The security issues are obvious. There will no longer be a need to drive through Hoover Dam if
you are trying to go north or south on US 93 and trucks will no longer need to be checked before
crossing the Dam anymore except in extreme and unusual emergencies.
The traffic congestion due mainly to the trucks trying to cross the Dam will also be greatly reduced
making it more convenient for visitors. The current number of trucks and cars crossing Hoover
Dam is over 14,000, double from 15 years ago. The bridge will itself has become an attraction.
The two mega projects together side by side are a classic contrast in styles from two different eras.
The bridge has become the place to see Hoover Dam from and Hoover Dam will become the place
to see the bridge.
The final results of this project are interesting and unforeseen. The slow and difficult road which
crosses over Hoover Dam is a testament to the difficulty in building in this area in the first place.

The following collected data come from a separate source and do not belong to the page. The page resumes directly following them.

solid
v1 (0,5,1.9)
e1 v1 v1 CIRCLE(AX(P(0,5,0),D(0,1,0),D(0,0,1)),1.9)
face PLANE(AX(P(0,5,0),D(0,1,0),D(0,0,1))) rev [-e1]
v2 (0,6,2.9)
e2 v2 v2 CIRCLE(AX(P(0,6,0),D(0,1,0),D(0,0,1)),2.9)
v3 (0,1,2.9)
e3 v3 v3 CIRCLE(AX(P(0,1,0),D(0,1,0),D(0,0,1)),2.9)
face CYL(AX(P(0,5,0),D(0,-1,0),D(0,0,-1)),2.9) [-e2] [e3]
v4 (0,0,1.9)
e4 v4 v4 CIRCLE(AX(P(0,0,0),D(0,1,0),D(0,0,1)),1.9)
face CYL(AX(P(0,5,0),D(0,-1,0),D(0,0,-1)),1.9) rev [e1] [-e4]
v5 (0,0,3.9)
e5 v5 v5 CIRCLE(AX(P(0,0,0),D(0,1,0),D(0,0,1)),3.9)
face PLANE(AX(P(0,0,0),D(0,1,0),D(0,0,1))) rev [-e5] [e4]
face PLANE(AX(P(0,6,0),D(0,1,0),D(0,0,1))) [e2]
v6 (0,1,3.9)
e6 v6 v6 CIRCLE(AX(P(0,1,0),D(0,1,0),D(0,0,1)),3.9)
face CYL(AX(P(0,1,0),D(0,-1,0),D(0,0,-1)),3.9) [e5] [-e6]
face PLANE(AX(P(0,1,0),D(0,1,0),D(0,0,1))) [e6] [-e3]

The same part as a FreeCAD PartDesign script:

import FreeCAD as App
import Part
import Sketcher

doc = App.newDocument("Part")
body = doc.addObject("PartDesign::Body", "Body")

sketch1 = body.newObject("Sketcher::SketchObject", "Sketch")
sketch1.AttachmentSupport = (doc.getObject("XZ_Plane"), [""])
sketch1.MapMode = "FlatFace"
sketch1.addGeometry(Part.Circle(App.Vector(0, 0, 0), App.Vector(0, 0, 1), 2.9), False)
sketch1.addGeometry(Part.Circle(App.Vector(0, 0, 0), App.Vector(0, 0, 1), 1.9), False)
sketch1.addConstraint(Sketcher.Constraint("Coincident", 0, 3, -1, 1))
sketch1.addConstraint(Sketcher.Constraint("Coincident", 1, 3, -1, 1))
sketch1.addConstraint(Sketcher.Constraint("Diameter", 0, 5.8))
sketch1.addConstraint(Sketcher.Constraint("Diameter", 1, 3.8))
pad1 = body.newObject("PartDesign::Pad", "Pad")
pad1.Profile = sketch1
pad1.Length = 5
pad1.Reversed = True

sketch2 = body.newObject("Sketcher::SketchObject", "Sketch001")
sketch2.AttachmentSupport = (doc.getObject("XZ_Plane"), [""])
sketch2.MapMode = "FlatFace"
sketch2.AttachmentOffset = App.Placement(App.Vector(0, 0, -5), App.Rotation())
sketch2.addGeometry(Part.Circle(App.Vector(0, 0, 0), App.Vector(0, 0, 1), 2.9), False)
sketch2.addConstraint(Sketcher.Constraint("Coincident", 0, 3, -1, 1))
sketch2.addConstraint(Sketcher.Constraint("Diameter", 0, 5.8))
pad2 = body.newObject("PartDesign::Pad", "Pad001")
pad2.Profile = sketch2
pad2.Length = 1
pad2.Reversed = True

sketch3 = body.newObject("Sketcher::SketchObject", "Sketch002")
sketch3.AttachmentSupport = (doc.getObject("XZ_Plane"), [""])
sketch3.MapMode = "FlatFace"
sketch3.addGeometry(Part.Circle(App.Vector(0, 0, 0), App.Vector(0, 0, 1), 3.9), False)
sketch3.addGeometry(Part.Circle(App.Vector(0, 0, 0), App.Vector(0, 0, 1), 1.9), False)
sketch3.addConstraint(Sketcher.Constraint("Coincident", 0, 3, -1, 1))
sketch3.addConstraint(Sketcher.Constraint("Coincident", 1, 3, -1, 1))
sketch3.addConstraint(Sketcher.Constraint("Diameter", 0, 7.8))
sketch3.addConstraint(Sketcher.Constraint("Diameter", 1, 3.8))
pad3 = body.newObject("PartDesign::Pad", "Pad002")
pad3.Profile = sketch3
pad3.Length = 1
pad3.Reversed = True

doc.recompute()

By making Mojave County Arizona more accessible to those living in Las Vegas, they will travel
there and through there more often is part of Arizona is already seeing an increased and a faster
pace in development. Towns are expected to grow where none exist and around Las Vegas there
are already two new, growing towns, Laughlin and Primm. Property values have to started rising in
Northern Arizona because of the increased flow of traffic through and increasingly, to, this area.
One of the unforeseen benefits of Hoover Dam, the huge popularity of Lake Mead, was probably
never considered. The fact that there are nine to ten million visitors a year to Lake Mead would
probably seem unbelievable even to Herbert Hoover back in the 1920's. The simple elegance and
hugeness of this bridge lets it fit into, rather than clash with its surroundings.